Global warming is certainly an imposing conundrum, but so are diversity in higher education, the intersection between prenatal life and maternal health, the role of religion in civic society, and many other social concerns. Cf. Regents of the Univ. of Cal. v. Bakke, 438 U.S. 265, 360 (1978) (“(T)he line between honest and thoughtful appraisal of the effects of past discrimination and paternalistic stereotyping is not so clear[.]”); Planned Parenthood of Se. Pa. v. Casey, 505 U.S. 833, 871 (1992) (stating that Roe v. Wade, 410 U.S. 113 (1973), involved the “difficult question” of determining the “weight to be given [the] state interest” in light of the “strength of the woman’s [privacy] interest”); Am. Legion v. Am.
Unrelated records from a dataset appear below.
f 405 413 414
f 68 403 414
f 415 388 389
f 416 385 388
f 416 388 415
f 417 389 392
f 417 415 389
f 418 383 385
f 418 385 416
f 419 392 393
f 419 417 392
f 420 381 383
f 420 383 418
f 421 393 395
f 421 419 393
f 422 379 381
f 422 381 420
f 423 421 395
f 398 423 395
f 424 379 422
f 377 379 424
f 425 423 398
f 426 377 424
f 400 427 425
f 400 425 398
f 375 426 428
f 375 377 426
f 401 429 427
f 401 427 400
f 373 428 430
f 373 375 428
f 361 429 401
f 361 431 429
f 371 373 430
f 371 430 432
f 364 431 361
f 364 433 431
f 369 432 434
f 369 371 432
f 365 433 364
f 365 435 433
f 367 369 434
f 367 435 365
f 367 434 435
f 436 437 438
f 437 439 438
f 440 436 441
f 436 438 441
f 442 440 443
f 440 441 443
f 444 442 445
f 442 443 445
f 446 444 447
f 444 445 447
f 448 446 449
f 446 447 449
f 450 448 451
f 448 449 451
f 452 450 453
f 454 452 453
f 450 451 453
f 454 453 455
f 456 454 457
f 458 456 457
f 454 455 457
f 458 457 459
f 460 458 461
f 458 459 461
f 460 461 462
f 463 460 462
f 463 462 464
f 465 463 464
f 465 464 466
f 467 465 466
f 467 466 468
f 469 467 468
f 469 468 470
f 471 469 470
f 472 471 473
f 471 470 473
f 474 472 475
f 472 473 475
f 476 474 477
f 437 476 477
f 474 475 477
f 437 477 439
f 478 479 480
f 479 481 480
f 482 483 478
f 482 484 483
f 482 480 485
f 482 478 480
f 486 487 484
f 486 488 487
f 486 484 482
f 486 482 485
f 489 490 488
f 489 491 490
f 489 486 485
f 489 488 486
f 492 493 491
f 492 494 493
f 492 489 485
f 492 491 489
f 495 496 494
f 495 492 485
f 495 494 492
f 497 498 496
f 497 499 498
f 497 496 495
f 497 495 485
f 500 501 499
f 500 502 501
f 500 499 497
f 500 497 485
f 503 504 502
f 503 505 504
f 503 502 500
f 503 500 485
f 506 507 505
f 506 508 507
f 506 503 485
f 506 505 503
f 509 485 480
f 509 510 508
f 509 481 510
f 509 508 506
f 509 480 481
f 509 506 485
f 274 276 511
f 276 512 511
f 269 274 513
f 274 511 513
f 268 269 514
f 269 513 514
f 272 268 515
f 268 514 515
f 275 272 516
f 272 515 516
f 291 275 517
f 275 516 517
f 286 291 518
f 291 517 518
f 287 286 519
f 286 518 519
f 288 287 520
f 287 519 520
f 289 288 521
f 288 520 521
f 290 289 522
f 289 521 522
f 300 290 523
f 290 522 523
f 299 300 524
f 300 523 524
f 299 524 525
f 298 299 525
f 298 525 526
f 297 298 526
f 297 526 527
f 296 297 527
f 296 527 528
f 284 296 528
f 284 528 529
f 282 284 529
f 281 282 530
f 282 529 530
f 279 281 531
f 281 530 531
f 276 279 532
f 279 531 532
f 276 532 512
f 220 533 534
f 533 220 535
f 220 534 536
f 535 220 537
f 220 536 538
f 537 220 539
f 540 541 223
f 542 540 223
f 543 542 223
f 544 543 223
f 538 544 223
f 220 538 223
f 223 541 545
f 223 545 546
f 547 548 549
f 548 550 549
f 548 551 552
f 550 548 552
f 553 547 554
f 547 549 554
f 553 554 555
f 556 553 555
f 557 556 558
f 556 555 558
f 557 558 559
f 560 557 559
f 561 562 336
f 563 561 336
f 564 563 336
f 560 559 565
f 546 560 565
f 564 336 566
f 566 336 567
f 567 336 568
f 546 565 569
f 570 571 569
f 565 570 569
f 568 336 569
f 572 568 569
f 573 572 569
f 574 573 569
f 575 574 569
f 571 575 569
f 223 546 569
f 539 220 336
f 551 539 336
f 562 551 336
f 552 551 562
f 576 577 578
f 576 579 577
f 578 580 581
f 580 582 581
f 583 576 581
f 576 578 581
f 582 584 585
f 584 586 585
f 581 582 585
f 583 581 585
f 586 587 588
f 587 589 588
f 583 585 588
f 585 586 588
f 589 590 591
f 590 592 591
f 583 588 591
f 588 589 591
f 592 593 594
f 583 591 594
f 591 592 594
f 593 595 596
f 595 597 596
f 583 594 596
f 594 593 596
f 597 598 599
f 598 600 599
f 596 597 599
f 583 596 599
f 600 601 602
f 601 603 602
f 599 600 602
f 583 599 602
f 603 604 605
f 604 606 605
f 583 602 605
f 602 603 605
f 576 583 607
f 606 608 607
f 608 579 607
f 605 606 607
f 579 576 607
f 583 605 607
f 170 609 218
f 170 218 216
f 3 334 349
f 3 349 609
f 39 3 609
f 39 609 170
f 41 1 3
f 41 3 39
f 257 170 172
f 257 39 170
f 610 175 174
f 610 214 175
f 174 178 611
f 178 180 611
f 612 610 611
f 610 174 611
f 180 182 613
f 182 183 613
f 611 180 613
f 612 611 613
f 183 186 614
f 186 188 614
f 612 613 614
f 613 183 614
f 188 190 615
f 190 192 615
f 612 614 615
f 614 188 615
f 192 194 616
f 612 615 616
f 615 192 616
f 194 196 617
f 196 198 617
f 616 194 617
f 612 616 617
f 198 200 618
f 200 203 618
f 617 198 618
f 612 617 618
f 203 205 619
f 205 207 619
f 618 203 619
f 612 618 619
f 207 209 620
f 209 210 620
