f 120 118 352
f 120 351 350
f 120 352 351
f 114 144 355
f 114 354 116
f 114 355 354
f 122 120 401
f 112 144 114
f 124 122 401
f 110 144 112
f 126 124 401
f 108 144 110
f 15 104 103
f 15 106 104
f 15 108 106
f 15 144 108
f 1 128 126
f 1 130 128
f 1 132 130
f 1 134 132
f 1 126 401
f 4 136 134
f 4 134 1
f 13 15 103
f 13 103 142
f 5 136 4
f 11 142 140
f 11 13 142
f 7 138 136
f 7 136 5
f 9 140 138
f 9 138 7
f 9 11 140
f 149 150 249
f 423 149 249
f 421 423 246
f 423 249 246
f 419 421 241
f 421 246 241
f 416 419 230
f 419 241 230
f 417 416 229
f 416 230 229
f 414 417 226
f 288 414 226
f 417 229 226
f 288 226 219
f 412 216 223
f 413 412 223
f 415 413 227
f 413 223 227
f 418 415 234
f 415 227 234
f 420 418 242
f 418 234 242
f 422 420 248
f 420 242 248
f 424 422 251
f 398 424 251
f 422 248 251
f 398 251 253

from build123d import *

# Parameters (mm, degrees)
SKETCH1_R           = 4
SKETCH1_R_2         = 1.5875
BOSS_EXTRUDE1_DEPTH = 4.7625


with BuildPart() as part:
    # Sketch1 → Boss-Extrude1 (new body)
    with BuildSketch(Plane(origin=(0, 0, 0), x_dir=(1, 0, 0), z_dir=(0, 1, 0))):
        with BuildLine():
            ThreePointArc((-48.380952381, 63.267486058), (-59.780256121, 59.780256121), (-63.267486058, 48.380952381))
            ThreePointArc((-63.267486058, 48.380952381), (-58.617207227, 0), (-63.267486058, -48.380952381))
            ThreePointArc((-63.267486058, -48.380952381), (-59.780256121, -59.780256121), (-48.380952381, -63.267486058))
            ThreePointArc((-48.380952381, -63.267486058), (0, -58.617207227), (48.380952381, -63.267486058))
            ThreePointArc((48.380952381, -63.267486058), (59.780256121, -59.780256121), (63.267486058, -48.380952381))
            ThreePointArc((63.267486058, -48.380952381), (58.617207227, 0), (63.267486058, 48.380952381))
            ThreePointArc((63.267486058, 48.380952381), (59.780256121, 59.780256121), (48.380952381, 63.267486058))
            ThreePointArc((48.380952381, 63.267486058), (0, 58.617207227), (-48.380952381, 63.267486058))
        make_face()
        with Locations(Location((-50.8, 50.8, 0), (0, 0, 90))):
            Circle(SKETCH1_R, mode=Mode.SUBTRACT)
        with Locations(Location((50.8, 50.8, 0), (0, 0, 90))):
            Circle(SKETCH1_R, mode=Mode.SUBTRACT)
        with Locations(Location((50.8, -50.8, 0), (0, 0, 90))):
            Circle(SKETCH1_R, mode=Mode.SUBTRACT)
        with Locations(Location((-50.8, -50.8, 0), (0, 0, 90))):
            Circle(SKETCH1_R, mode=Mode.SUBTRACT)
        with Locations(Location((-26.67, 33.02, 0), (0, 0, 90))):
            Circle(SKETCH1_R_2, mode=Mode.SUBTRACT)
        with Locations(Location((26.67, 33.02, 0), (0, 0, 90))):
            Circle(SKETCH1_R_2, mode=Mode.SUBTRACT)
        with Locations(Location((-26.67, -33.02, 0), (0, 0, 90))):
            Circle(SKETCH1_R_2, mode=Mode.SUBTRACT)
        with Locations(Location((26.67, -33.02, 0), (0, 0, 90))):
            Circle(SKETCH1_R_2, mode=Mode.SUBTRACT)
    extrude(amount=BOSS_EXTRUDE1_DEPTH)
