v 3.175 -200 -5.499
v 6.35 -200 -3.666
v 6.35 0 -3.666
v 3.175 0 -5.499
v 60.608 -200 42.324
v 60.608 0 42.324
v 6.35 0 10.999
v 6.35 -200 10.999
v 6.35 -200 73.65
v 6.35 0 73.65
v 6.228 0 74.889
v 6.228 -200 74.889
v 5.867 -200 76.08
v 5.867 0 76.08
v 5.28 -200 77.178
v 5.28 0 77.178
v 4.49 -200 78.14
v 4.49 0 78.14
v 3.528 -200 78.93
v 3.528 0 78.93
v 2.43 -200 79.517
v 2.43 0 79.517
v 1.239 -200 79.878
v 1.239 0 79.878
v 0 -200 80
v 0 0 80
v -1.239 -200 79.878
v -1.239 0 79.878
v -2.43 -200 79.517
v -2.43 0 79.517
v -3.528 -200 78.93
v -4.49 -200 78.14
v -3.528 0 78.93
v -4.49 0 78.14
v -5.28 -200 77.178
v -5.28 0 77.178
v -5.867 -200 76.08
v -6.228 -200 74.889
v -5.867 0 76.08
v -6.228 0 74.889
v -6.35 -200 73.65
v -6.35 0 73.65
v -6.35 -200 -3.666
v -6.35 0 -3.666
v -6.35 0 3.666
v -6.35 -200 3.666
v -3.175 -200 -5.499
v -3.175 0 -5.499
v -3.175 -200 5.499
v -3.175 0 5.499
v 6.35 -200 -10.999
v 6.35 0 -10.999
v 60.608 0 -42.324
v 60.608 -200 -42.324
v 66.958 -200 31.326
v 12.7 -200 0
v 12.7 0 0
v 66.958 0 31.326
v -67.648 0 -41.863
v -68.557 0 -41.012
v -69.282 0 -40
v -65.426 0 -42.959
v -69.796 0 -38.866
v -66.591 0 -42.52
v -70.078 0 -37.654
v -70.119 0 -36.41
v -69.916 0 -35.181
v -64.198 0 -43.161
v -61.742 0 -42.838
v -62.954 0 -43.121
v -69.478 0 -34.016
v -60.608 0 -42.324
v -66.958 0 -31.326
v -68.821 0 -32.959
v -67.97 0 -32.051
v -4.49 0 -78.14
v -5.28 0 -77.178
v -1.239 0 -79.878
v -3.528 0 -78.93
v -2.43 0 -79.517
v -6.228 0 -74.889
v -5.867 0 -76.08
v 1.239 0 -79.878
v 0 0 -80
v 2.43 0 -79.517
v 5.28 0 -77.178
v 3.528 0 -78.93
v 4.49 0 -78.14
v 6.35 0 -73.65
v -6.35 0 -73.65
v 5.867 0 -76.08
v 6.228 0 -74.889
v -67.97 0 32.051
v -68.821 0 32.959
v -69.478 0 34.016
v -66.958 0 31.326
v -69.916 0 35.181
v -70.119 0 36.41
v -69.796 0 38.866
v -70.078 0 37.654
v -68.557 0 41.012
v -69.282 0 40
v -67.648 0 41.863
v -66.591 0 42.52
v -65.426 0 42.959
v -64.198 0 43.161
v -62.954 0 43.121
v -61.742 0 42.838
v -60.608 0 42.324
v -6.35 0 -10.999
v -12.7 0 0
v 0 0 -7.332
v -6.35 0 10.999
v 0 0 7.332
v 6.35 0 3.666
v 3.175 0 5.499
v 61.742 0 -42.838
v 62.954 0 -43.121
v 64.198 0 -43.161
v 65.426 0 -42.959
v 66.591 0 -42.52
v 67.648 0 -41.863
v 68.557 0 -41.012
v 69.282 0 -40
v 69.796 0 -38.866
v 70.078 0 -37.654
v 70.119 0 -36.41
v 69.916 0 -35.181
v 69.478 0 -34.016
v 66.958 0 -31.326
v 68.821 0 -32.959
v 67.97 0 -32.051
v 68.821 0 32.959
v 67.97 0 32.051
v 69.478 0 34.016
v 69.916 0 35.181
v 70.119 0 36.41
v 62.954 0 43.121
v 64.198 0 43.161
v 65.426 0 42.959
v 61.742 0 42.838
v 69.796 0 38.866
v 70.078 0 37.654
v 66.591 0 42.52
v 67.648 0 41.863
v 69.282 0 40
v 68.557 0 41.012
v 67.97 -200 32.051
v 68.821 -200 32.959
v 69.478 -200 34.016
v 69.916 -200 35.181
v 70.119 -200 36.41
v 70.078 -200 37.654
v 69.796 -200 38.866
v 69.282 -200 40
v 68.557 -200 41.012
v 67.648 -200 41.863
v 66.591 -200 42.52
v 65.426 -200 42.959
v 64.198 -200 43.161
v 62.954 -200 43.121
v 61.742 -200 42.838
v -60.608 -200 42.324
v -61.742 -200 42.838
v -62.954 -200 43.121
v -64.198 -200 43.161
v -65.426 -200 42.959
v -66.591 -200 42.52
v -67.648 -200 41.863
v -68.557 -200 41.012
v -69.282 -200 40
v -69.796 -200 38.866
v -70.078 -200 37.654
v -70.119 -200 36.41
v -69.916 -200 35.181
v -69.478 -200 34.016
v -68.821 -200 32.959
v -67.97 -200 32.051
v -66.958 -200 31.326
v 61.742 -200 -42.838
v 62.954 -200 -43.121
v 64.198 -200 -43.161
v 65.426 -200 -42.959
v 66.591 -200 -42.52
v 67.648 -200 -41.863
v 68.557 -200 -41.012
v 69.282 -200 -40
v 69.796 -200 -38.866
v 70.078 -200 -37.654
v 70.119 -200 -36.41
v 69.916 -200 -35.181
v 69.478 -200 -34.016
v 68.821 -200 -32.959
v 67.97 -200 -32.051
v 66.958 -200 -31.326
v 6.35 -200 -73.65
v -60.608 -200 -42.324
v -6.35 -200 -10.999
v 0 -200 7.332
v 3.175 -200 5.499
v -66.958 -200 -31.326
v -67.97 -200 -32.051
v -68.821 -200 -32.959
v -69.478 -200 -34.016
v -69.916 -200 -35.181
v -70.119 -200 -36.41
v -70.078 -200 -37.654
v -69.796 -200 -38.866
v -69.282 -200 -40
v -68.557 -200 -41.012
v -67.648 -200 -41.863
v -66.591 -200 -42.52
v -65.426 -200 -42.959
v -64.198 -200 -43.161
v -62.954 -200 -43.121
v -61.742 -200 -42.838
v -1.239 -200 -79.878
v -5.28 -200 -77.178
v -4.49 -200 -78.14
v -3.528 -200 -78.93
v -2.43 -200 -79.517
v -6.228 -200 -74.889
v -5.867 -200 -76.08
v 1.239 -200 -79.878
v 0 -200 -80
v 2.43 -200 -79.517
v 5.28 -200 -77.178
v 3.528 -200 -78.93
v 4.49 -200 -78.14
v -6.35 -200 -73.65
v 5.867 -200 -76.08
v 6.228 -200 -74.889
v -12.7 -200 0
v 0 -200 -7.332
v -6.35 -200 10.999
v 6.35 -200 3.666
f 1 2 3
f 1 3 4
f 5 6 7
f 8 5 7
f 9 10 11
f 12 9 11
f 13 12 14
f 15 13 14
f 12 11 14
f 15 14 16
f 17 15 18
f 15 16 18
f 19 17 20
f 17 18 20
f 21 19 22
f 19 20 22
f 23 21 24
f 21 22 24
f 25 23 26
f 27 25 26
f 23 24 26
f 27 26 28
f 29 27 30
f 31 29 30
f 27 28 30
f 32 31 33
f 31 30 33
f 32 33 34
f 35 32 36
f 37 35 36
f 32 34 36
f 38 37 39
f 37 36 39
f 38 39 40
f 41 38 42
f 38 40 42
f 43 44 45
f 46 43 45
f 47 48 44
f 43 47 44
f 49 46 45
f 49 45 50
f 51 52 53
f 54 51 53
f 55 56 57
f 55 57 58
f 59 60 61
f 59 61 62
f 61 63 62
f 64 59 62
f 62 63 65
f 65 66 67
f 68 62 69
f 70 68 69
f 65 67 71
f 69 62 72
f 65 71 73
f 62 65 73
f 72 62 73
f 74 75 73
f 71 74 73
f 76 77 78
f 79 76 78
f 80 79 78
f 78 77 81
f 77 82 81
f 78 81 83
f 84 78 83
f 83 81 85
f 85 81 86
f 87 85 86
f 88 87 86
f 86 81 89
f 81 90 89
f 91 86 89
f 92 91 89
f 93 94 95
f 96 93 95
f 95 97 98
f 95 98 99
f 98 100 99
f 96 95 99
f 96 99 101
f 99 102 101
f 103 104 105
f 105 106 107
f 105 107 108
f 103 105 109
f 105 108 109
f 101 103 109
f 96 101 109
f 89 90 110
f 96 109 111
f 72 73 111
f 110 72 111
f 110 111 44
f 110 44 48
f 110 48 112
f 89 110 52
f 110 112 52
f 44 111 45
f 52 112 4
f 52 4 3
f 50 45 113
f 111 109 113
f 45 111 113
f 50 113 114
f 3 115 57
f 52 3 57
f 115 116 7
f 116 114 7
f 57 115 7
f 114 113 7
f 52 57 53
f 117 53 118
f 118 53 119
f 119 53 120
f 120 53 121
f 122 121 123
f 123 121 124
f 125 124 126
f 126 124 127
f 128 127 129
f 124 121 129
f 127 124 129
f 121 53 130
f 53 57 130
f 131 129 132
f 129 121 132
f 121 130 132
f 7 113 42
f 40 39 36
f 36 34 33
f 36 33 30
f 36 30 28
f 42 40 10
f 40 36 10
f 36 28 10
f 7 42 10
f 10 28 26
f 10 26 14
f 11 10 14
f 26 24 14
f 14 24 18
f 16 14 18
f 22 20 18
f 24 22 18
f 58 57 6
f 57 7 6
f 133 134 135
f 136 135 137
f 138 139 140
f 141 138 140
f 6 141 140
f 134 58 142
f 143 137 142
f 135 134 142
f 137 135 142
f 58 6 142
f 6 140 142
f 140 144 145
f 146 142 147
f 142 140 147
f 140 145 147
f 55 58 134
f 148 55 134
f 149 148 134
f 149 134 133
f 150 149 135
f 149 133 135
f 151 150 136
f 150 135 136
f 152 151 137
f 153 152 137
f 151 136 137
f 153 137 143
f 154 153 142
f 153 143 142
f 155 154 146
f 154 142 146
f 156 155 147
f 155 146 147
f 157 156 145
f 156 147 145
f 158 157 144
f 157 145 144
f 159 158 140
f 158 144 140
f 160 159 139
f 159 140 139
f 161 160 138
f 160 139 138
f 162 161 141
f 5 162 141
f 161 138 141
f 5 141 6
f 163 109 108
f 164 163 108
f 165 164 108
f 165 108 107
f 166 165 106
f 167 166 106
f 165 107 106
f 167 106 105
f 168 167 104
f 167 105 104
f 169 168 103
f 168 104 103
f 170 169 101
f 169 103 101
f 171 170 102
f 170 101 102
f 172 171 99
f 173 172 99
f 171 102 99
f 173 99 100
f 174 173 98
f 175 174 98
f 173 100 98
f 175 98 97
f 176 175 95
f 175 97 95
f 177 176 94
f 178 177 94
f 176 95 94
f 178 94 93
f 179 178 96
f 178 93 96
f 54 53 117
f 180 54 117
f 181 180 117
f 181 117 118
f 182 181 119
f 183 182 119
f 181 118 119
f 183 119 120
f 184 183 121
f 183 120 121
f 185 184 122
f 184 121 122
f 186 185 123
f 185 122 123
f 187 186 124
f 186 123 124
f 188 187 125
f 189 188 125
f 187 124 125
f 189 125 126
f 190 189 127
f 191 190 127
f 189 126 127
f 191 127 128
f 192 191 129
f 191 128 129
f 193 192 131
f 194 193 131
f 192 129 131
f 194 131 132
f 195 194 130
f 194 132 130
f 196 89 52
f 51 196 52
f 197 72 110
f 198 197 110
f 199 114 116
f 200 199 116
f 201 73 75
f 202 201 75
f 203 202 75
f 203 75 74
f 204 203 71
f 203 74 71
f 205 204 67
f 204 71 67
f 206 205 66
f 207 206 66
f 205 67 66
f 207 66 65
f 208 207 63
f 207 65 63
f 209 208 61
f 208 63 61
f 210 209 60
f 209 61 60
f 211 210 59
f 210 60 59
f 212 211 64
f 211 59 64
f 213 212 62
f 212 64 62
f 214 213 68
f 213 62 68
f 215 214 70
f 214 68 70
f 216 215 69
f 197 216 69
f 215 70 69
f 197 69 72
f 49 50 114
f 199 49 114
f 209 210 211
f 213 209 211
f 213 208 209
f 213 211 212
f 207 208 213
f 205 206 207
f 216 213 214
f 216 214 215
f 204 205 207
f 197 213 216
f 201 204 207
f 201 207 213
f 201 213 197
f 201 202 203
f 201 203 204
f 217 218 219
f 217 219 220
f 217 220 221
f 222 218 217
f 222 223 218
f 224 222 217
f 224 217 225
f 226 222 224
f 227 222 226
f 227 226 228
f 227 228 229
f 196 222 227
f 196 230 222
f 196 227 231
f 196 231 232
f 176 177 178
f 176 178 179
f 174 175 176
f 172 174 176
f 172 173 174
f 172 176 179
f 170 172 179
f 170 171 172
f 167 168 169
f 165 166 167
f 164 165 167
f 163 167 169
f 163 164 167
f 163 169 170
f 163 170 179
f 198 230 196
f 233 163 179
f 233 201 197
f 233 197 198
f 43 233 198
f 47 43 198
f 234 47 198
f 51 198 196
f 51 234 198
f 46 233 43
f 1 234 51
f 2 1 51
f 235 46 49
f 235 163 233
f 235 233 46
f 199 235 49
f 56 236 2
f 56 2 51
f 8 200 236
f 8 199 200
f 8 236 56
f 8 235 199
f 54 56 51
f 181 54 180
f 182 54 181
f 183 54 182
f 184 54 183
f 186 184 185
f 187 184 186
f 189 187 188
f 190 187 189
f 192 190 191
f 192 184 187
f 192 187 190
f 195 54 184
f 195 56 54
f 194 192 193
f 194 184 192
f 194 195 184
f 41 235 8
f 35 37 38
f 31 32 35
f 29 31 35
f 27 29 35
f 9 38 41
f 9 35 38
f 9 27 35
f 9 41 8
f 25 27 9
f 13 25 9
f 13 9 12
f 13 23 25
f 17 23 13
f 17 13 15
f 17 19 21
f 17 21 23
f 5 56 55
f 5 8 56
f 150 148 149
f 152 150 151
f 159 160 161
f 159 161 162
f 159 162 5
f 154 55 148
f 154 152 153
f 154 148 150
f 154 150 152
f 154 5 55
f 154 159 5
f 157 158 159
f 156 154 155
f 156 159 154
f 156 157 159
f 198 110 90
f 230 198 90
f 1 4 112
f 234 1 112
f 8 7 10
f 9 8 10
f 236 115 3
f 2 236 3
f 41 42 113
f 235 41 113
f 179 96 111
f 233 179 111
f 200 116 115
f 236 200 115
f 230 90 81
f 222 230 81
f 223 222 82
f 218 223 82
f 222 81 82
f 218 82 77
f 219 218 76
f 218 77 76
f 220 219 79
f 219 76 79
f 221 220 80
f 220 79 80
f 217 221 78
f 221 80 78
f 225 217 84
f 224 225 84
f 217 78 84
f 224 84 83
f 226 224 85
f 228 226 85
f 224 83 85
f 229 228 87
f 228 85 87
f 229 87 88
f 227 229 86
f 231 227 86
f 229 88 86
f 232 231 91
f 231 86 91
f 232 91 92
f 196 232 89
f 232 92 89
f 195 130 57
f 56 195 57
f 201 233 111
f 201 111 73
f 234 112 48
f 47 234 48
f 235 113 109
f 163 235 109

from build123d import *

# Parameters (mm, degrees)
F1_DEPTH = 200


with BuildPart() as f1:
    # F0 (on Front) → F1 (new body)
    with BuildSketch(Plane.XZ):
        with BuildLine():
            Line((6.35, -10.9985226281), (0, -7.3323484187))
            Line((0, -7.3323484187), (-6.35, -10.9985226281))
            Line((-6.35, -10.9985226281), (-6.35, -73.65))
            ThreePointArc((-6.35, -73.65), (0, -80), (6.35, -73.65))
            Line((6.35, -73.65), (6.35, -10.9985226281))
        make_face()
        Polygon((-6.35, -10.9985226281), (0, -7.3323484187), (-3.175, -5.499261314), (-6.35, -3.6661742094), align=None)
        Polygon((3.175, -5.499261314), (0, -7.3323484187), (6.35, -10.9985226281), (6.35, -3.6661742094), align=None)
        with BuildLine():
            Line((-6.35, 10.9985226281), (0, 7.3323484187))
            Line((0, 7.3323484187), (6.35, 10.9985226281))
            Line((6.35, 10.9985226281), (6.35, 73.65))
            ThreePointArc((6.35, 73.65), (0, 80), (-6.35, 73.65))
            Line((-6.35, 73.65), (-6.35, 10.9985226281))
        make_face()
        Polygon((6.35, 10.9985226281), (0, 7.3323484187), (3.175, 5.499261314), (6.35, 3.6661742094), align=None)
        Polygon((-3.175, 5.499261314), (0, 7.3323484187), (-6.35, 10.9985226281), (-6.35, 3.6661742094), align=None)
        with BuildLine():
            Line((-6.35, -10.9985226281), (-6.35, -3.6661742094))
            Line((-6.35, -3.6661742094), (-12.7, 0))
            Line((-12.7, 0), (-66.9577709887, -31.325738686))
            ThreePointArc((-66.9577709887, -31.325738686), (-69.2820323028, -40), (-60.6077709887, -42.324261314))
            Line((-60.6077709887, -42.324261314), (-6.35, -10.9985226281))
        make_face()
        Polygon((-12.7, 0), (-6.35, -3.6661742094), (-6.35, 0), (-6.35, 3.6661742094), align=None)
        Polygon((6.35, 0), (6.35, -3.6661742094), (12.7, 0), (6.35, 3.6661742094), align=None)
        with BuildLine():
            Line((12.7, 0), (6.35, -3.6661742094))
            Line((6.35, -3.6661742094), (6.35, -10.9985226281))
            Line((6.35, -10.9985226281), (60.6077709887, -42.324261314))
            ThreePointArc((60.6077709887, -42.324261314), (69.2820323028, -40), (66.9577709887, -31.325738686))
            Line((66.9577709887, -31.325738686), (12.7, 0))
        make_face()
        with BuildLine():
            Line((-12.7, 0), (-6.35, 3.6661742094))
            Line((-6.35, 3.6661742094), (-6.35, 10.9985226281))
Humanist Ass’n, 139 S. Ct. 2067, 2094 (2019) (Kavanaugh, J., concurring) (noting that determining the constitutionality of a large cross’s presence on public land was “difficult because it represents a clash of genuine and important interests”).

These issues may not have been considered within the purview of the judicial branch had the Court imported wholesale Rucho’s “manageable standards” analysis even in the absence of Rucho’s inherently political underpinnings.

Beyond the outcome of the instant case, I fear that the majority’s holding strikes a powerful blow to our ability to hear important cases of widespread concern.

III. To be sure, unless there is a constitutional violation, courts should allow the democratic and political processes to perform their functions.

And while all would now readily agree that the 91 years between the Emancipation Proclamation and the decision in Brown v. Board was too long, determining when a court must step in to protect fundamental rights is not an exact science.

In this case, my colleagues say that time is “never”; I say it is now.

Were we addressing a matter of social injustice, one might sincerely lament any delay, but take solace that “the arc of the moral universe is long, but it bends towards justice.”

The denial of an individual, constitutional right — though grievous and harmful — can be corrected in the future, even if it takes 91 years.

And that possibility provides hope for future generations.

Where is the hope in today’s decision?

Plaintiffs’ claims are based on science, specifically, an impending point of no return.

If plaintiffs’ fears, backed by the government’s own studies, prove true, history will not judge us kindly.

When the seas envelop our coastal cities, fires and droughts haunt our interiors, and storms ravage everything between, those remaining will ask: Why did so many do so little?

I would hold that plaintiffs have standing to challenge the government’s conduct, have articulated claims under the Constitution, and have presented sufficient evidence to press those claims at trial.

I would therefore affirm the district court.

With respect, I dissent.


15 Dr. Martin Luther King, Jr., Remaining Awake Through a Great Revolution, Address at the National Cathedral, Washington, D.C. (Mar. 31, 1968). In coining this language, Dr. King was inspired by an 1853 sermon by abolitionist Theodore Parker. See Theodore Parker, Of Justice and the Conscience, in Ten Sermons of Religion 84–85 (Boston, Crosby, Nichols & Co. 1853).